Otuz aydır biriken emeklerin tahsilatı...
Onca zamanın sabrı, gayreti ve maddi-manevi tasarrufunun ardından gelen bayram oldu bu defa. Kimi “Tebdili mekanda ferahlık vardır.” dedi, kimi de olduğu yerde ferahlığı yakalamayı seçti.
İklim henüz tam anlamıyla yaza dönmemiş olsa da büyük şehirler yarı yarıya boşaldı.
İnsanlar mevcut güneşe değil, kendi güneşlerini bulmaya gitti...
✱✱✱
Bayram dediysem öyle eski usul, vur patlasın çal oynasın değil elbet...
Tarihi kara, süngü savaşlarında olduğu gibi; iki devre arası mola misali...
Savaşmaktan yorgun düşmüş, yılgın, yorgun ama pes etmeyen halkın 3 günlük sunni teneffüsü. Telefonların, mesajların ardı arkası kesilmiyor; sosyal medyada tebrikler havada uçuşuyor.
Fakat bakarsan; ne insanların ses tonu bayram neşesinde, ne mesajlar coşkulu, ne de paylaşımlar hevesli...
Vicdani görevini yerine getirmiş olmanın gayretiyle hareket ediyor herkes.
Buna rağmen kimsenin kimseyi kınayacak, ayıplayacak durumu da mecali de yok...
Kaçınılmaz bir hoşgörü ve anlayış hakim havada; çünkü yorulduk artık.
Hepimiz, bir diğerimizin halinden anlayıp, susuyoruz.
✱✱✱
Bakmayın; hakikaten 30 aydır ülke ve dünya gerçekleriyle yüzleşip, dik durmayı başarmış bir halkız biz.
Halsizsek de makul, suskunsak da...
Hem emekçi hem sabırlı hem tevazu sahibi hem de azimliyiz.

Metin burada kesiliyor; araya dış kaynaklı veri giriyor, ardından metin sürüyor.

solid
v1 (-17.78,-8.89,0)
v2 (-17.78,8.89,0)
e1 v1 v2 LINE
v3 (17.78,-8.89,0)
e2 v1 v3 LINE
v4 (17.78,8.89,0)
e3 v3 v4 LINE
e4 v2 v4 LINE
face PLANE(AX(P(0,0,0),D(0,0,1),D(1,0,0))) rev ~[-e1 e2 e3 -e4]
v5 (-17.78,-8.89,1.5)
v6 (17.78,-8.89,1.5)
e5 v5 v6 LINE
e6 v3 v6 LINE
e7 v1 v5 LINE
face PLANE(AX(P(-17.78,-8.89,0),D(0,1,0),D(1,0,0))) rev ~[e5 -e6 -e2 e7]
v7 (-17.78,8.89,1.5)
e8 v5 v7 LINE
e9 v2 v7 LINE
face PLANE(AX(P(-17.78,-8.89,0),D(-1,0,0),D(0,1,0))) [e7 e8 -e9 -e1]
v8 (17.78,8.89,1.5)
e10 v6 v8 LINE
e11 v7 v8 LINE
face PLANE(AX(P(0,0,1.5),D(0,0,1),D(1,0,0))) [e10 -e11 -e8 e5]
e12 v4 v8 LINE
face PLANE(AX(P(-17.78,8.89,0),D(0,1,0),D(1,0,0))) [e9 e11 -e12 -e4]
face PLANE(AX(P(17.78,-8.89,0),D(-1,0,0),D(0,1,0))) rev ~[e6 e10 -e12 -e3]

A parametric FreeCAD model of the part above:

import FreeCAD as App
import Part
import Sketcher
from FreeCAD import Vector
Q = App.Units.Quantity

doc = App.newDocument("Part")
body = doc.addObject("PartDesign::Body", "Body")

# Sketch on XY plane
sketch1 = body.newObject("Sketcher::SketchObject", "Sketch")
sketch1.AttachmentSupport = (doc.getObject("XY_Plane"), [""])
sketch1.MapMode = "FlatFace"
sketch1.addGeometry([
    Part.LineSegment(Vector(-18, 9, 0), Vector(-18, -9, 0)),
    Part.LineSegment(Vector(-18, -9, 0), Vector(18, -9, 0)),
    Part.LineSegment(Vector(18, -9, 0), Vector(18, 9, 0)),
    Part.LineSegment(Vector(18, 9, 0), Vector(-18, 9, 0)),
], False)
sketch1.addConstraint([
    Sketcher.Constraint("Coincident", 0, 2, 1, 1),
    Sketcher.Constraint("Coincident", 1, 2, 2, 1),
    Sketcher.Constraint("Coincident", 2, 2, 3, 1),
    Sketcher.Constraint("Coincident", 3, 2, 0, 1),
    Sketcher.Constraint("Vertical", 0),
    Sketcher.Constraint("Horizontal", 1),
    Sketcher.Constraint("Vertical", 2),
    Sketcher.Constraint("Horizontal", 3),
    Sketcher.Constraint("Symmetric", 0, 2, 2, 2, -1, 1),
    Sketcher.Constraint("DistanceX", 1, 1, 1, 2, Q("1.4 in")),
    Sketcher.Constraint("DistanceY", 0, 2, 0, 1, Q("0.7 in")),
])
pad1 = body.newObject("PartDesign::Pad", "Pad")
pad1.Profile = sketch1
pad1.Length = 1.5

doc.recompute()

Çoğumuz için tatilden ziyade eylem planı yapacak, durup düşünecek bir fırsat bu birkaç gün. Dinlenebilene, hele hele eğlenebileneyse büyük şans...
✱✱✱
Az sonra hep birlikte doğrulup kaldığımız yerden çarpışmaya devam edeceğiz.
Her badireyi atlatabilme marifetine ve iradesine sahip bizler için “Süngü tak!” emri baki.
İyisi mi ağzımızın tadını bozmayalım...
Kapıda bekleyen yeni mücadelelere hazır olmak için “Türk Kırmızısı” tadında; alı al, alevi alev; giysisi değilse de ruhu kıpkırmızı bir bayram ve ilerisinde keyifli günler dilerim!
Not: Türk Kırmızısı, kaybolduğu ikiyüz yılın ardından reçetesi yeniden oluşturulup patentlenerek dünya literatürüne “Turkey Red” (RGB: 169,17,1) olarak giren renktir. Değerlerimizi yitirmeyelim.